### Problem details
Below are some records; quote exactly the lines from the one that contains "#46=CARTESIAN_POINT('',(1.4511,-6.402623,-3.535534));" through the one that contains "#93=LINE('',#13,#92);", inclusive, and no others.

---- Task material

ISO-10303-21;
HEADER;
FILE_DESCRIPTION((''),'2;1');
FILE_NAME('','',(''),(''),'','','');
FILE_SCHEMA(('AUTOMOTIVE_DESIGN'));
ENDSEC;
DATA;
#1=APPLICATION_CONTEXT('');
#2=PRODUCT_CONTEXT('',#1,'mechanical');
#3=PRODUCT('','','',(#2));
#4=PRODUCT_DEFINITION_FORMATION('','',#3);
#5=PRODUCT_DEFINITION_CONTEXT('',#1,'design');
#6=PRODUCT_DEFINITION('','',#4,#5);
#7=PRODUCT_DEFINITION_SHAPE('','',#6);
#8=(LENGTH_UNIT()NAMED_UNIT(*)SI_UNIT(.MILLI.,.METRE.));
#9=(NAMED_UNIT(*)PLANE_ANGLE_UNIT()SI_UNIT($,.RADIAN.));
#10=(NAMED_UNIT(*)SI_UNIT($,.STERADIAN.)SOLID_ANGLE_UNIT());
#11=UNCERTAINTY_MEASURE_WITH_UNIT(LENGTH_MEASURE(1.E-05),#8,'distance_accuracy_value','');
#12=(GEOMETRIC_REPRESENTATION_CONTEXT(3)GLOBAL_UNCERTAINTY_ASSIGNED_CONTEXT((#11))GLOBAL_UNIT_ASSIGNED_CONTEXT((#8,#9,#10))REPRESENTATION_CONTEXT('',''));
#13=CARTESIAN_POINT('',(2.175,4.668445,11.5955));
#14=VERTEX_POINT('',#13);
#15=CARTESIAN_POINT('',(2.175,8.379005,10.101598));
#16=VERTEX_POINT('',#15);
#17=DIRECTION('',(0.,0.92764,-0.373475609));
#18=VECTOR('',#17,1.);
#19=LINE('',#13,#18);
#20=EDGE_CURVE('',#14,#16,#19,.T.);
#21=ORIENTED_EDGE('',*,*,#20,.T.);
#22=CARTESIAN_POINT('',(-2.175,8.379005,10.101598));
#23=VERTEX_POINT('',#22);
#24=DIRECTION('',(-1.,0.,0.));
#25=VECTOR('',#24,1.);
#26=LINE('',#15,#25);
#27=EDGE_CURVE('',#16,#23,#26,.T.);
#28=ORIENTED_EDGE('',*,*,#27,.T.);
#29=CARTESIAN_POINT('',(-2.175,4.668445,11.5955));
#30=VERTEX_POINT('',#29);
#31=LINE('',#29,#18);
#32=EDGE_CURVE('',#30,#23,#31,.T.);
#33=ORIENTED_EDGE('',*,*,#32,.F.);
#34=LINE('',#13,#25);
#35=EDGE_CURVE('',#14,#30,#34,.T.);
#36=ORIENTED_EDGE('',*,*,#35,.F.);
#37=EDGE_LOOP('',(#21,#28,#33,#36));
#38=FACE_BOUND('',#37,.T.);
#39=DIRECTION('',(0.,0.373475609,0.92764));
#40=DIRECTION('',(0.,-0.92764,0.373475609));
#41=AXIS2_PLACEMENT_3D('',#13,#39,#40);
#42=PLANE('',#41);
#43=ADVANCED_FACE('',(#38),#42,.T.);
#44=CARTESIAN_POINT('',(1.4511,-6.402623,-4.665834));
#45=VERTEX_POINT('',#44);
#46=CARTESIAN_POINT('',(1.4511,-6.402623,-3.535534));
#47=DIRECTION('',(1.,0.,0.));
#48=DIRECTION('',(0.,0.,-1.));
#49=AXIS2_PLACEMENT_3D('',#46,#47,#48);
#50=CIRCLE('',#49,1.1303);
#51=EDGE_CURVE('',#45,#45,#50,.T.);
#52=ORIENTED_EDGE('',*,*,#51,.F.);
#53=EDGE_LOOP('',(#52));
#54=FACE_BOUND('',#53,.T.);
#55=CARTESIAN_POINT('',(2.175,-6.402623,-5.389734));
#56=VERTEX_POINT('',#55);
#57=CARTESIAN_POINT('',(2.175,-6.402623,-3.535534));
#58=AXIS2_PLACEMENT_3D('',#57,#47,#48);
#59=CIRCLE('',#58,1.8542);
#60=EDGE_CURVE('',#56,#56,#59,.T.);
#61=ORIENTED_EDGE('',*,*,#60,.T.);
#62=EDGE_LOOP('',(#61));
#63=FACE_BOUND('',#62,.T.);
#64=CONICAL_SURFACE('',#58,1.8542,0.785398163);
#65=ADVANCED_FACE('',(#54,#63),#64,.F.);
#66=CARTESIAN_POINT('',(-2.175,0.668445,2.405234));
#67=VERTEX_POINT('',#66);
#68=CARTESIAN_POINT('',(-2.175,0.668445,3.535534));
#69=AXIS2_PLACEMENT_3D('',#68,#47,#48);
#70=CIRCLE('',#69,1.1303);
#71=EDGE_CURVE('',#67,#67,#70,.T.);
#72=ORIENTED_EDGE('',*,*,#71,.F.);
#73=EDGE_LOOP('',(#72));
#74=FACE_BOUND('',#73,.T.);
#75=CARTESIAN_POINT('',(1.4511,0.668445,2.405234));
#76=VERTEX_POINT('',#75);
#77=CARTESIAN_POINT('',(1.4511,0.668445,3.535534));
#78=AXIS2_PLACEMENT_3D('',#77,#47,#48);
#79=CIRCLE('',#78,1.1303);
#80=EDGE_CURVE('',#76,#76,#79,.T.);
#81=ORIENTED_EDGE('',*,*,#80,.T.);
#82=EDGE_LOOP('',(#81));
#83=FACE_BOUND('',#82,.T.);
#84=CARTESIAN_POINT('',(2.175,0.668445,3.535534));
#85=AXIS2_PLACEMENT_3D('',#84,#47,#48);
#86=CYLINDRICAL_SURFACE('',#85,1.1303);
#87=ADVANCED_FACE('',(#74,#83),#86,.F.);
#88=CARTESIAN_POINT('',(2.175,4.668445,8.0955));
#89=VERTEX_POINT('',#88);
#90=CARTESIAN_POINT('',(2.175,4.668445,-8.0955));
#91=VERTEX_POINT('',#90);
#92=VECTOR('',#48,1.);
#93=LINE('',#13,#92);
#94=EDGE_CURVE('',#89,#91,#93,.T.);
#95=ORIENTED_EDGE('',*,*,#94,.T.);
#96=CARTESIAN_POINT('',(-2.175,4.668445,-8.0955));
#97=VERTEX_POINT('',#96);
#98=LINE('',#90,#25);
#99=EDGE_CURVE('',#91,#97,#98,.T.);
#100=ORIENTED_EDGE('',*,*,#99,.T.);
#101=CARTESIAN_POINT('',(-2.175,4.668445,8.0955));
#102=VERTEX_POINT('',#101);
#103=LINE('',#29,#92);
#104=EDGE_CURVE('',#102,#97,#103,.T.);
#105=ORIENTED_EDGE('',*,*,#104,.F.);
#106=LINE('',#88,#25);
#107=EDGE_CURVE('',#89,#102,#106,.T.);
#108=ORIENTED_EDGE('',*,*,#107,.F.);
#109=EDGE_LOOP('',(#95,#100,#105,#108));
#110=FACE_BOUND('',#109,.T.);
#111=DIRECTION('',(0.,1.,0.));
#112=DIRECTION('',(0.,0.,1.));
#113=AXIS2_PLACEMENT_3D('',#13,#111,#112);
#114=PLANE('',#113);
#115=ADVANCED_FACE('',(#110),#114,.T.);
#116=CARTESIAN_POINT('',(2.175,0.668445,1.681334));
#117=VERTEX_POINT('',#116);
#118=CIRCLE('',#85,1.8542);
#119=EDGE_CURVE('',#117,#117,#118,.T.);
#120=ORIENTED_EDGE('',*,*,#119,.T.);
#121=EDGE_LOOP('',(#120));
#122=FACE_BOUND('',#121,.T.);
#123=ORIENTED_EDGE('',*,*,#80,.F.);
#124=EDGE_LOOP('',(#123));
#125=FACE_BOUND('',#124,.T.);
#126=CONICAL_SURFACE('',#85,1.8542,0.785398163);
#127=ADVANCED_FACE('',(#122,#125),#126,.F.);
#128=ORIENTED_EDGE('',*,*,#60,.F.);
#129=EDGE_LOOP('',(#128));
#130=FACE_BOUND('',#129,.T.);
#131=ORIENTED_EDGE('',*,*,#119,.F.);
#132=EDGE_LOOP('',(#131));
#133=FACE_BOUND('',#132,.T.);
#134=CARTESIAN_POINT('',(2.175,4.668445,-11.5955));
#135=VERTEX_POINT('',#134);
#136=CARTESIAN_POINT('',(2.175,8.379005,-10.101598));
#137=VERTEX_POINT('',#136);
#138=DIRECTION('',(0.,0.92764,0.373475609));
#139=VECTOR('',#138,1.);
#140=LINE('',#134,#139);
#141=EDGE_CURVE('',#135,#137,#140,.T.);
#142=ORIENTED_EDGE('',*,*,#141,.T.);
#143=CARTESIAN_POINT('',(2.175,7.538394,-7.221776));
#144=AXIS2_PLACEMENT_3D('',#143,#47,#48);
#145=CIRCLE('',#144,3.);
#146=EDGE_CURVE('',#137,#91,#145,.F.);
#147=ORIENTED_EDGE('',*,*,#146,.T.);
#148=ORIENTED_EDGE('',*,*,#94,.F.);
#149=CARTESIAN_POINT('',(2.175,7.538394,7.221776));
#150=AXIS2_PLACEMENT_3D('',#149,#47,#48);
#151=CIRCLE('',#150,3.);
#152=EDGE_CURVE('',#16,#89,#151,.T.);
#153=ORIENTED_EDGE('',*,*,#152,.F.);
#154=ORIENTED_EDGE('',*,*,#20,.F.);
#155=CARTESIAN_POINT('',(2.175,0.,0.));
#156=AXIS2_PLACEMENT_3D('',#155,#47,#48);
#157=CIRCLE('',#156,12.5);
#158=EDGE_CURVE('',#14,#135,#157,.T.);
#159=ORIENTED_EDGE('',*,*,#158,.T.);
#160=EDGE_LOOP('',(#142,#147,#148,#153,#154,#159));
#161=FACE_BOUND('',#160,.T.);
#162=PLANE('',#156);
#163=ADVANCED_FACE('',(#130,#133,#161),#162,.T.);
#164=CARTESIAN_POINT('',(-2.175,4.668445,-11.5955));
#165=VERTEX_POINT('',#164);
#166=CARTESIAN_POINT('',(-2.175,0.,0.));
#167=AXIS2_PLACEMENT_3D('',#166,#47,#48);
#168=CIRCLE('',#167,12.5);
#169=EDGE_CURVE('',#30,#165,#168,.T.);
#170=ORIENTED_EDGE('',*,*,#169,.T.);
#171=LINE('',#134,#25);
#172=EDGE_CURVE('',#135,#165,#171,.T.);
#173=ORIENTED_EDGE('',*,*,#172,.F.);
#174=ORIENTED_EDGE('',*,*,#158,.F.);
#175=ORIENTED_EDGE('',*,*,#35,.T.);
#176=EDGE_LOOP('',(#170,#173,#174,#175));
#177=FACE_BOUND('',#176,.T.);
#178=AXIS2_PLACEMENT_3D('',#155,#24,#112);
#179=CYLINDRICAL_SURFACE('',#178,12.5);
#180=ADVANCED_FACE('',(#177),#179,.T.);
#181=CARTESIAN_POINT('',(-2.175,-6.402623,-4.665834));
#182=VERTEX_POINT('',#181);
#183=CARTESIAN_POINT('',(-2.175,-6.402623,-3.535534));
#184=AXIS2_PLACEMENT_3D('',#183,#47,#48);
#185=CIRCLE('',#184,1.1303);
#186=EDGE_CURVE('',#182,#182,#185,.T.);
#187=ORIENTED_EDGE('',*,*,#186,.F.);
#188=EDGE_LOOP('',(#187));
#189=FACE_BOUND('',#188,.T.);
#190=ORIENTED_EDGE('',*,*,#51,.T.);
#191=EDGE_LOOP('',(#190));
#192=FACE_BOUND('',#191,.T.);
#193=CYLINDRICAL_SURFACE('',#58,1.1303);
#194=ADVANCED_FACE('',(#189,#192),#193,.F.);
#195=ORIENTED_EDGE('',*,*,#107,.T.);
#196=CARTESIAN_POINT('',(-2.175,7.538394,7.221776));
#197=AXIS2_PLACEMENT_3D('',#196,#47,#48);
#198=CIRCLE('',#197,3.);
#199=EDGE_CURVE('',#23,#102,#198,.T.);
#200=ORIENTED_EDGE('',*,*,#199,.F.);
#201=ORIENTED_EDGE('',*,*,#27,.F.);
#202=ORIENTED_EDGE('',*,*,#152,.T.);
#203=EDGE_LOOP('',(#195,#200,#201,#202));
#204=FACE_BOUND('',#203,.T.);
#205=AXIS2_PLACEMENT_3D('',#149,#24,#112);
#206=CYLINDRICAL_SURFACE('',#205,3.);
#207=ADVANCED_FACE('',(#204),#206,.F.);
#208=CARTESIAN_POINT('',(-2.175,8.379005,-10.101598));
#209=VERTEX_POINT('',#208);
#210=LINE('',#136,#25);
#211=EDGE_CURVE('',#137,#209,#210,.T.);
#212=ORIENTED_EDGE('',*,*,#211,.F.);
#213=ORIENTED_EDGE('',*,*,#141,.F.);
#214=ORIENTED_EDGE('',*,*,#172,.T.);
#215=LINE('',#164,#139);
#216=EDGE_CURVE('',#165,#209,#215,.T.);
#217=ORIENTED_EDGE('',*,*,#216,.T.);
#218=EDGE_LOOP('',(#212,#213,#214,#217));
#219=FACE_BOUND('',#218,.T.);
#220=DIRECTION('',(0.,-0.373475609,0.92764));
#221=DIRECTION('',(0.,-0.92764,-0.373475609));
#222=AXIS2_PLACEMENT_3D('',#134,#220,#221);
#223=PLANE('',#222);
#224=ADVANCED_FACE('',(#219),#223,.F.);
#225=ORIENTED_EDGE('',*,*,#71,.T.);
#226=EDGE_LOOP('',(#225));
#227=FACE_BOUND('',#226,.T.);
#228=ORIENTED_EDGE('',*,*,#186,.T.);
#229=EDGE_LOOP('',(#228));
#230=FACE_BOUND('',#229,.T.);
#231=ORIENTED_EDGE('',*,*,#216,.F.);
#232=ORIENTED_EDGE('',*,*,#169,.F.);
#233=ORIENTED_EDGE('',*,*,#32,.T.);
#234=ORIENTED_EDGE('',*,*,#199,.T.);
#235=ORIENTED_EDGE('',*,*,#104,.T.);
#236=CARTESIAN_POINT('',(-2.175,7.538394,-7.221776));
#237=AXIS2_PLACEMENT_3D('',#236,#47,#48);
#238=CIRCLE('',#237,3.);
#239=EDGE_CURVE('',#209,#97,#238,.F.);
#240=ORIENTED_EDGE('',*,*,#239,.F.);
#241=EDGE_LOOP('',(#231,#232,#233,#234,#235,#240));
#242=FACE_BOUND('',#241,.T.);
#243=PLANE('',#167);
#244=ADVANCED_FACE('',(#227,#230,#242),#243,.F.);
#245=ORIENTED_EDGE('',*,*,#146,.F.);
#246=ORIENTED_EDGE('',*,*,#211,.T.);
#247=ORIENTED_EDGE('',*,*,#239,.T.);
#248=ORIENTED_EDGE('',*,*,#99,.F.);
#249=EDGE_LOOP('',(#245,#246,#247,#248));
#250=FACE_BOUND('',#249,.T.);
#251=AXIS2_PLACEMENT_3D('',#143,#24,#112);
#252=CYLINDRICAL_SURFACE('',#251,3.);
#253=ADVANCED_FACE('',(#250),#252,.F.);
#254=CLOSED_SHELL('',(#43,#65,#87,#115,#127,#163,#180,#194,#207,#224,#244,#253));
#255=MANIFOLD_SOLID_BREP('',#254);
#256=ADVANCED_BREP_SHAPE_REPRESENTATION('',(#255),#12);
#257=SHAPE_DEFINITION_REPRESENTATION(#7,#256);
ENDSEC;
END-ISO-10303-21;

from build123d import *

# Parameters (mm, degrees)
BOSS_EXTRUDE1_DEPTH             = 2.175
F_2_CLEARANCE_HOLE2_D           = 2.2606
F_2_CLEARANCE_HOLE2_CSINK_D     = 3.7084
F_2_CLEARANCE_HOLE2_CSINK_ANGLE = 90


with BuildPart() as part:
    # Sketch1 → Boss-Extrude1 (new, symmetric)
    with BuildSketch(Plane(origin=(0, 0, 0), x_dir=(0, 0, -1), z_dir=(1, 0, 0))):
        with BuildLine():
            Line((-10.101597565, 8.379005111), (-11.5955, 4.668445111))
            ThreePointArc((-11.5955, 4.668445111), (0, -12.5), (11.5955, 4.668445111))
            Line((11.5955, 4.668445111), (10.101597565, 8.379005111))
            ThreePointArc((10.101597565, 8.379005111), (9.860779562, 6.11162847), (8.0955, 4.668445111))
            Line((8.0955, 4.668445111), (-8.0955, 4.668445111))
            ThreePointArc((-8.0955, 4.668445111), (-9.860779562, 6.11162847), (-10.101597565, 8.379005111))
        make_face()
    extrude(amount=BOSS_EXTRUDE1_DEPTH, both=True)

    # #2 Clearance Hole2 (through all)
    with Locations(Plane(origin=(2.175, 0.668445111, 3.535533906), x_dir=(0, 0, 1), z_dir=(1, 0, 0))):
        with Locations((0, 0), (-7.071067812, 7.071067812)):
            CounterSinkHole(F_2_CLEARANCE_HOLE2_D / 2, F_2_CLEARANCE_HOLE2_CSINK_D / 2, counter_sink_angle=F_2_CLEARANCE_HOLE2_CSINK_ANGLE)


solid = part.part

--------

### Response to the task
#46=CARTESIAN_POINT('',(1.4511,-6.402623,-3.535534));
#47=DIRECTION('',(1.,0.,0.));
#48=DIRECTION('',(0.,0.,-1.));
#49=AXIS2_PLACEMENT_3D('',#46,#47,#48);
#50=CIRCLE('',#49,1.1303);
#51=EDGE_CURVE('',#45,#45,#50,.T.);
#52=ORIENTED_EDGE('',*,*,#51,.F.);
#53=EDGE_LOOP('',(#52));
#54=FACE_BOUND('',#53,.T.);
#55=CARTESIAN_POINT('',(2.175,-6.402623,-5.389734));
#56=VERTEX_POINT('',#55);
#57=CARTESIAN_POINT('',(2.175,-6.402623,-3.535534));
#58=AXIS2_PLACEMENT_3D('',#57,#47,#48);
#59=CIRCLE('',#58,1.8542);
#60=EDGE_CURVE('',#56,#56,#59,.T.);
#61=ORIENTED_EDGE('',*,*,#60,.T.);
#62=EDGE_LOOP('',(#61));
#63=FACE_BOUND('',#62,.T.);
#64=CONICAL_SURFACE('',#58,1.8542,0.785398163);
#65=ADVANCED_FACE('',(#54,#63),#64,.F.);
#66=CARTESIAN_POINT('',(-2.175,0.668445,2.405234));
#67=VERTEX_POINT('',#66);
#68=CARTESIAN_POINT('',(-2.175,0.668445,3.535534));
#69=AXIS2_PLACEMENT_3D('',#68,#47,#48);
#70=CIRCLE('',#69,1.1303);
#71=EDGE_CURVE('',#67,#67,#70,.T.);
#72=ORIENTED_EDGE('',*,*,#71,.F.);
#73=EDGE_LOOP('',(#72));
#74=FACE_BOUND('',#73,.T.);
#75=CARTESIAN_POINT('',(1.4511,0.668445,2.405234));
#76=VERTEX_POINT('',#75);
#77=CARTESIAN_POINT('',(1.4511,0.668445,3.535534));
#78=AXIS2_PLACEMENT_3D('',#77,#47,#48);
#79=CIRCLE('',#78,1.1303);
#80=EDGE_CURVE('',#76,#76,#79,.T.);
#81=ORIENTED_EDGE('',*,*,#80,.T.);
#82=EDGE_LOOP('',(#81));
#83=FACE_BOUND('',#82,.T.);
#84=CARTESIAN_POINT('',(2.175,0.668445,3.535534));
#85=AXIS2_PLACEMENT_3D('',#84,#47,#48);
#86=CYLINDRICAL_SURFACE('',#85,1.1303);
#87=ADVANCED_FACE('',(#74,#83),#86,.F.);
#88=CARTESIAN_POINT('',(2.175,4.668445,8.0955));
#89=VERTEX_POINT('',#88);
#90=CARTESIAN_POINT('',(2.175,4.668445,-8.0955));
#91=VERTEX_POINT('',#90);
#92=VECTOR('',#48,1.);
#93=LINE('',#13,#92);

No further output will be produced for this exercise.